---------- Given records ----------

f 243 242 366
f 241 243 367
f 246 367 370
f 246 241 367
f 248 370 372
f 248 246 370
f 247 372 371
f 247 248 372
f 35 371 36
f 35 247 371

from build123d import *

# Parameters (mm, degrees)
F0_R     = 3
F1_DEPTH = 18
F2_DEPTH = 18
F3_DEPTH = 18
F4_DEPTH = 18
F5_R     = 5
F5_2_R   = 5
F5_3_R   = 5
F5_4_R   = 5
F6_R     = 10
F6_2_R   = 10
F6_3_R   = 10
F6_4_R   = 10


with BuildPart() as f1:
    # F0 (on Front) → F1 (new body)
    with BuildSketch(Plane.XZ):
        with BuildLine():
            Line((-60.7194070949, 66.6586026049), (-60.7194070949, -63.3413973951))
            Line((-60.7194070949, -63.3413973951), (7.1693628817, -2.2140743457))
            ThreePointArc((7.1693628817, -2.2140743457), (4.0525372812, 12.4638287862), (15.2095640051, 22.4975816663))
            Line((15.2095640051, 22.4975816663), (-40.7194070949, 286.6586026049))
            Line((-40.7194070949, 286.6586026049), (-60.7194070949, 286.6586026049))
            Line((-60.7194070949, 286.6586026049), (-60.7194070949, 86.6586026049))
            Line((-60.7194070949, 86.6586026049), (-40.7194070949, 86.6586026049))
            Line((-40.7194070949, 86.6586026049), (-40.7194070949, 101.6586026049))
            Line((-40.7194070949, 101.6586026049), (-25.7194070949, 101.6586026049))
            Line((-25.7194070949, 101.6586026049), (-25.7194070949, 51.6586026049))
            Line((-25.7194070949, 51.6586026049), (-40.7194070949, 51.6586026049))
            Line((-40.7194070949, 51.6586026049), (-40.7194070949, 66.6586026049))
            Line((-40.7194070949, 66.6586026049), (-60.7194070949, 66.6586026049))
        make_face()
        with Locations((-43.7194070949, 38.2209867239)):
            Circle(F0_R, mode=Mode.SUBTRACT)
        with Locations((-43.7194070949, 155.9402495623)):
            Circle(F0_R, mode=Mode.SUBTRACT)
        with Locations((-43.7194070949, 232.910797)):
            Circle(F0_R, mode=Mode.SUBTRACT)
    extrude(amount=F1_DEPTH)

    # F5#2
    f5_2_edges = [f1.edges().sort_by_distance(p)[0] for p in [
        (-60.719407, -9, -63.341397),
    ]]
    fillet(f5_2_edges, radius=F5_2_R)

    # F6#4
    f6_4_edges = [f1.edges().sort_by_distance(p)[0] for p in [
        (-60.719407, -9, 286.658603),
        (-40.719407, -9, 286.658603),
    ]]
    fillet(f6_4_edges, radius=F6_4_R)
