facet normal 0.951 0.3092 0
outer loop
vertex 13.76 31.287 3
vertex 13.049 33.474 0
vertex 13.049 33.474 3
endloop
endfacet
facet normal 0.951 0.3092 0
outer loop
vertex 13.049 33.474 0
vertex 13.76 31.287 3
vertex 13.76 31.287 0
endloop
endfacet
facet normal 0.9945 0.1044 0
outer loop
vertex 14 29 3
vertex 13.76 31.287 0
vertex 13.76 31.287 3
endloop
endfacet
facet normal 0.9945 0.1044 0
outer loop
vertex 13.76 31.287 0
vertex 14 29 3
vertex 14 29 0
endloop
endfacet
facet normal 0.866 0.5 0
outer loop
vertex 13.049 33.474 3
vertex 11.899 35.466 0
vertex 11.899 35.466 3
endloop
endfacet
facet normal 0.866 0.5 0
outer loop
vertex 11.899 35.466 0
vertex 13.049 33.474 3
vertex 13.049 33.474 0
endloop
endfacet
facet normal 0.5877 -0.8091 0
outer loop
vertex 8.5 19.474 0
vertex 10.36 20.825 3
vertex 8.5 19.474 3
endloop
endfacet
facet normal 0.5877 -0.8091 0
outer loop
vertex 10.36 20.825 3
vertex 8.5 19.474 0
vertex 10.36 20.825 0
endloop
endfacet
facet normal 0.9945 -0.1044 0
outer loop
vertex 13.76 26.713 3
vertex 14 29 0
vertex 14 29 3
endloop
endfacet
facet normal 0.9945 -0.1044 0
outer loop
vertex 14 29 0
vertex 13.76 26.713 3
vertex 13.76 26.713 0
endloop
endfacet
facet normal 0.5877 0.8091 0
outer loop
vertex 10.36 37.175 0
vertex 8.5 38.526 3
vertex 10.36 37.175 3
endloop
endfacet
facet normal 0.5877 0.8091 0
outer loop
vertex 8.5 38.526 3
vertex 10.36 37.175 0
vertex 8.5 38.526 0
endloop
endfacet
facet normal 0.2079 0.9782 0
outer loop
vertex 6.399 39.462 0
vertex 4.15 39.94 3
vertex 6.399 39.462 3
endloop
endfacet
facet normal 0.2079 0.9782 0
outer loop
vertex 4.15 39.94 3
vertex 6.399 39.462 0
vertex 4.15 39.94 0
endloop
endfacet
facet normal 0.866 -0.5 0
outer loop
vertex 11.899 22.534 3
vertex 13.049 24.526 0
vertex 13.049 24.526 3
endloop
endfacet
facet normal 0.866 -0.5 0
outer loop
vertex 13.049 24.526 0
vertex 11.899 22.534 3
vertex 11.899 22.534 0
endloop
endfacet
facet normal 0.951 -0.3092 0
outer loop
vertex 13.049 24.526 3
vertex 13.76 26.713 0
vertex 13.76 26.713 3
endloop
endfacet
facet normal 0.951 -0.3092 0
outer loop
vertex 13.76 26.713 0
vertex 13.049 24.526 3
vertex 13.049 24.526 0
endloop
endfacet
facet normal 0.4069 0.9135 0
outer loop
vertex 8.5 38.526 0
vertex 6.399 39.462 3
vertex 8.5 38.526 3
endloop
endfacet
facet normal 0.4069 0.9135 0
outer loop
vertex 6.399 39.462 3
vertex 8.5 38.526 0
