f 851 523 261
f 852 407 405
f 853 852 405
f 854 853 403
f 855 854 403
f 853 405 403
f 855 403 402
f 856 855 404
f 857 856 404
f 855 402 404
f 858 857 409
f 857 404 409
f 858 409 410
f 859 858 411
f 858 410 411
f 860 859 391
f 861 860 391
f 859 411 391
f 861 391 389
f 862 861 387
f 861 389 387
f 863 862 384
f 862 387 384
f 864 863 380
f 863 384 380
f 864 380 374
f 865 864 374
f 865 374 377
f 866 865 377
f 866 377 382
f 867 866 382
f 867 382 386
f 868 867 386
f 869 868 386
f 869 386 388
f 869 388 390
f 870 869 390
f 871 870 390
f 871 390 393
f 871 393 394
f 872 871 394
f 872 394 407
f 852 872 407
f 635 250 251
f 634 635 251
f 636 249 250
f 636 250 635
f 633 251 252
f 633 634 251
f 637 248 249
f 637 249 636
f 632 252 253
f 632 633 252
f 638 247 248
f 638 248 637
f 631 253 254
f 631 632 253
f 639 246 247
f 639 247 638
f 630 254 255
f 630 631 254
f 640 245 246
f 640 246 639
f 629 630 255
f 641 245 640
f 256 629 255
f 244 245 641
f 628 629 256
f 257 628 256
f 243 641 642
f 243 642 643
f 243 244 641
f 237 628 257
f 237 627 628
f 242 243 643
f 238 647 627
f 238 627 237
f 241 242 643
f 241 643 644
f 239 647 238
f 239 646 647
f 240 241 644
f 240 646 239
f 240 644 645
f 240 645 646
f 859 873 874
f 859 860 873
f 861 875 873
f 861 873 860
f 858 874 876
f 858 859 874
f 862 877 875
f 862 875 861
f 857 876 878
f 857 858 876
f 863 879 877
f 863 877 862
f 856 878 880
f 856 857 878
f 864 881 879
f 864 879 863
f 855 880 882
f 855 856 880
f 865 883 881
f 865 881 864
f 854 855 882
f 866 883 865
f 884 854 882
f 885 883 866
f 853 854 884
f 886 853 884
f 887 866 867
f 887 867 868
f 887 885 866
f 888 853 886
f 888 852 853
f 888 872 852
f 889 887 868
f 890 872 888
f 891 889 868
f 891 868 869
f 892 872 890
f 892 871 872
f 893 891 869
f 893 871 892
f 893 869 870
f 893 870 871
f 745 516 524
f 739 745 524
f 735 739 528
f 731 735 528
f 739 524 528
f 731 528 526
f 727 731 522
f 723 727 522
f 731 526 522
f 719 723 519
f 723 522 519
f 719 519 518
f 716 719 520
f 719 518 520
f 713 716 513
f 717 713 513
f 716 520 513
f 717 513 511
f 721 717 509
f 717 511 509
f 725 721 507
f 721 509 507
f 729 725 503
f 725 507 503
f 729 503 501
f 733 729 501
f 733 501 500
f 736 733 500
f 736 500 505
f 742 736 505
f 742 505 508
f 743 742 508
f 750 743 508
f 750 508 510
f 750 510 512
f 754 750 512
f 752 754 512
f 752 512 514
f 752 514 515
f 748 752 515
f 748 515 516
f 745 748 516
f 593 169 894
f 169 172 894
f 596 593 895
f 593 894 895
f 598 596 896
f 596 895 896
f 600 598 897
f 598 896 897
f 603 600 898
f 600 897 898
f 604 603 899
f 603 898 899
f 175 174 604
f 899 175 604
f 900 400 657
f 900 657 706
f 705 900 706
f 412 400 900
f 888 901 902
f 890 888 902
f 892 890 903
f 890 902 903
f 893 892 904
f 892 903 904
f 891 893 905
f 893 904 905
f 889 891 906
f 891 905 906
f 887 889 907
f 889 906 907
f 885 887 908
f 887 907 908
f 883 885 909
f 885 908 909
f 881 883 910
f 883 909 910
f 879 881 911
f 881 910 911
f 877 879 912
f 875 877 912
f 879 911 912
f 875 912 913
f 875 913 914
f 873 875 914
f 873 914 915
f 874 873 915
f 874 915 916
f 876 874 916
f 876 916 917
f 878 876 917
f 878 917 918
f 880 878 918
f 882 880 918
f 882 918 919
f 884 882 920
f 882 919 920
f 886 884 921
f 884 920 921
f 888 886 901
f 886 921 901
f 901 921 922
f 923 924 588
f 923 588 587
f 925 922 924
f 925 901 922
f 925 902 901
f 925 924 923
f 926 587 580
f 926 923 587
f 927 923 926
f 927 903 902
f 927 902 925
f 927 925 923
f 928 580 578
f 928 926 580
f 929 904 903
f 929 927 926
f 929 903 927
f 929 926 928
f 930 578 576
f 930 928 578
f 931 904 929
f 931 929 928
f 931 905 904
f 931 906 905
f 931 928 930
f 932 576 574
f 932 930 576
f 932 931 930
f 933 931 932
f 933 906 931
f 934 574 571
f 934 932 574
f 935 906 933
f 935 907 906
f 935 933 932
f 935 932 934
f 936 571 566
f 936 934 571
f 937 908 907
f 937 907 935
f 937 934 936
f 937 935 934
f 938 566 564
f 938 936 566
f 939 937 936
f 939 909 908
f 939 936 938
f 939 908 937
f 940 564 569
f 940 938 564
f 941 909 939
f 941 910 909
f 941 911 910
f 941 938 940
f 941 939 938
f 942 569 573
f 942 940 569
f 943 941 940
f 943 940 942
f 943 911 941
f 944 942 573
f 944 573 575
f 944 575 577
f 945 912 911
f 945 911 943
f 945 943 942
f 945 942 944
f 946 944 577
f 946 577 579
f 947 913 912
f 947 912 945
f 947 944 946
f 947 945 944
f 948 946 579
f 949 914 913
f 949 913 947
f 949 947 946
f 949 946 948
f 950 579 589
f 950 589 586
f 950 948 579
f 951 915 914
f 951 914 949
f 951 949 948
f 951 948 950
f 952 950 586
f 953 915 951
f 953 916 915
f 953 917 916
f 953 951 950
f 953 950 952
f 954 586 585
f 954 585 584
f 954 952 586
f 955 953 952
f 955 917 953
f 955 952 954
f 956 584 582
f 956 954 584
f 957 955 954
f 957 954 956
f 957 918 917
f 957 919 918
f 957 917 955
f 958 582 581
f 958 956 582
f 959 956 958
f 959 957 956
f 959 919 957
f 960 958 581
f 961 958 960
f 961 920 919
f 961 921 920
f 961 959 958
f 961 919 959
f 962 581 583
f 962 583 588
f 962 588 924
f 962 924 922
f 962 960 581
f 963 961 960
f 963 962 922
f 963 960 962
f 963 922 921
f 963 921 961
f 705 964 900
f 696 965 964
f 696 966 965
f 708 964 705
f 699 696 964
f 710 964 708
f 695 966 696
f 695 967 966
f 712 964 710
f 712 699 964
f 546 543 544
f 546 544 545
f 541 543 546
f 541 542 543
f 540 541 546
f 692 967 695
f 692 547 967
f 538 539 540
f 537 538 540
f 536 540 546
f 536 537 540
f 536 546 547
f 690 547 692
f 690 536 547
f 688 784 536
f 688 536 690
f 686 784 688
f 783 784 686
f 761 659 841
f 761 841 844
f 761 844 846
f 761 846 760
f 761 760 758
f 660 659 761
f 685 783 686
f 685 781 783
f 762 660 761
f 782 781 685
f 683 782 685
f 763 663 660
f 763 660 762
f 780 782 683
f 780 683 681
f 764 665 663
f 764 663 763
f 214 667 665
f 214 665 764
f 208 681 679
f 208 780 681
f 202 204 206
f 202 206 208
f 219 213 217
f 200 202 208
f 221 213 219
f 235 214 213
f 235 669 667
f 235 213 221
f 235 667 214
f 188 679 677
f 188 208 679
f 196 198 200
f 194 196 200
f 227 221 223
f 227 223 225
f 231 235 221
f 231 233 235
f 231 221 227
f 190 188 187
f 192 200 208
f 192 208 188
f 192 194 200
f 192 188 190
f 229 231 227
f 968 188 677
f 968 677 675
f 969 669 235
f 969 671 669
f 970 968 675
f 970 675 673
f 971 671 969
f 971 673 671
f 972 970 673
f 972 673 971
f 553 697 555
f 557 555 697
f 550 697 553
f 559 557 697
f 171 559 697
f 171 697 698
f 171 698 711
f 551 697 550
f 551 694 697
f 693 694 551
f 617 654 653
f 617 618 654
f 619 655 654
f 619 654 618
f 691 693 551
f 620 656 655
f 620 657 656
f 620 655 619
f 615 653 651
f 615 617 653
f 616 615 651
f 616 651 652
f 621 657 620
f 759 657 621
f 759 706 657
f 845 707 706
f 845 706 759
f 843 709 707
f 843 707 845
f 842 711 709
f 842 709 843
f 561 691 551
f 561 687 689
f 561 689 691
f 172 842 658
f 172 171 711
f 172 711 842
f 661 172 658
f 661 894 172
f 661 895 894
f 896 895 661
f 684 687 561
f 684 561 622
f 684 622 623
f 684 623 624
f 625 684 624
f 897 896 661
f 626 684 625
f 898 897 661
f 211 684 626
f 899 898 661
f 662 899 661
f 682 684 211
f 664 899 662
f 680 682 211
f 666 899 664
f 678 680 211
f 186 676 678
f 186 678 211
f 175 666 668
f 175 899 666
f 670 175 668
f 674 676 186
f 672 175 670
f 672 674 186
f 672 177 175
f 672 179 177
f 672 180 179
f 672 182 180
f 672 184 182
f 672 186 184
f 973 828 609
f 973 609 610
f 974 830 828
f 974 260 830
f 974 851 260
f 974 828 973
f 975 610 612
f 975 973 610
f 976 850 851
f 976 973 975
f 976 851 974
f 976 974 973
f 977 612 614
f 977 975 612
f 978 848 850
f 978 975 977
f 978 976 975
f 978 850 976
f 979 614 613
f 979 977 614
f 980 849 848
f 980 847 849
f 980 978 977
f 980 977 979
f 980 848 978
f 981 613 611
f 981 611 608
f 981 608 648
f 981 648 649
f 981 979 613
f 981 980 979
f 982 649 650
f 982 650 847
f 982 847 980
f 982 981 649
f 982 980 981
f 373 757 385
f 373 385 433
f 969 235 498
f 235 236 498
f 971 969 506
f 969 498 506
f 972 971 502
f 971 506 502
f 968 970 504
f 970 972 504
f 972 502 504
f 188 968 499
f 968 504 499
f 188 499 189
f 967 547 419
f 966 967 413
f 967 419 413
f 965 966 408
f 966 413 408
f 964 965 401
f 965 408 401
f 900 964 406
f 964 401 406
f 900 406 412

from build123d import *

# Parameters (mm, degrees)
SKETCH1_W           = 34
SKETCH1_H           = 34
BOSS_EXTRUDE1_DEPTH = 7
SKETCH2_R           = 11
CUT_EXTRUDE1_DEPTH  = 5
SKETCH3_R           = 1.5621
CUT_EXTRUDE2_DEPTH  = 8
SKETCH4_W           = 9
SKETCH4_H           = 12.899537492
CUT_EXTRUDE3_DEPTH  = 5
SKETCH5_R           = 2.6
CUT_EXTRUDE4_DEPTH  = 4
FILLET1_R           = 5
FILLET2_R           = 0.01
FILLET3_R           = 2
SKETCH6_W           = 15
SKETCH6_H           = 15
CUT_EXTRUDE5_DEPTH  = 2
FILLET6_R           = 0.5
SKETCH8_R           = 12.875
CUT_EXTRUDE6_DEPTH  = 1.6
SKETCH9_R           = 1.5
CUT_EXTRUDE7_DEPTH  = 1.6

----------

An exact retyping of the lines from the one with "f 982 649 650" to the end of the material above, with both ends included and nothing added, is the required answer.

f 982 649 650
f 982 650 847
f 982 847 980
f 982 981 649
f 982 980 981
f 373 757 385
f 373 385 433
f 969 235 498
f 235 236 498
f 971 969 506
f 969 498 506
f 972 971 502
f 971 506 502
f 968 970 504
f 970 972 504
f 972 502 504
f 188 968 499
f 968 504 499
f 188 499 189
f 967 547 419
f 966 967 413
f 967 419 413
f 965 966 408
f 966 413 408
f 964 965 401
f 965 408 401
f 900 964 406
f 964 401 406
f 900 406 412

from build123d import *

# Parameters (mm, degrees)
SKETCH1_W           = 34
SKETCH1_H           = 34
BOSS_EXTRUDE1_DEPTH = 7
SKETCH2_R           = 11
CUT_EXTRUDE1_DEPTH  = 5
SKETCH3_R           = 1.5621
CUT_EXTRUDE2_DEPTH  = 8
SKETCH4_W           = 9
SKETCH4_H           = 12.899537492
CUT_EXTRUDE3_DEPTH  = 5
SKETCH5_R           = 2.6
CUT_EXTRUDE4_DEPTH  = 4
FILLET1_R           = 5
FILLET2_R           = 0.01
FILLET3_R           = 2
SKETCH6_W           = 15
SKETCH6_H           = 15
CUT_EXTRUDE5_DEPTH  = 2
FILLET6_R           = 0.5
SKETCH8_R           = 12.875
CUT_EXTRUDE6_DEPTH  = 1.6
SKETCH9_R           = 1.5
CUT_EXTRUDE7_DEPTH  = 1.6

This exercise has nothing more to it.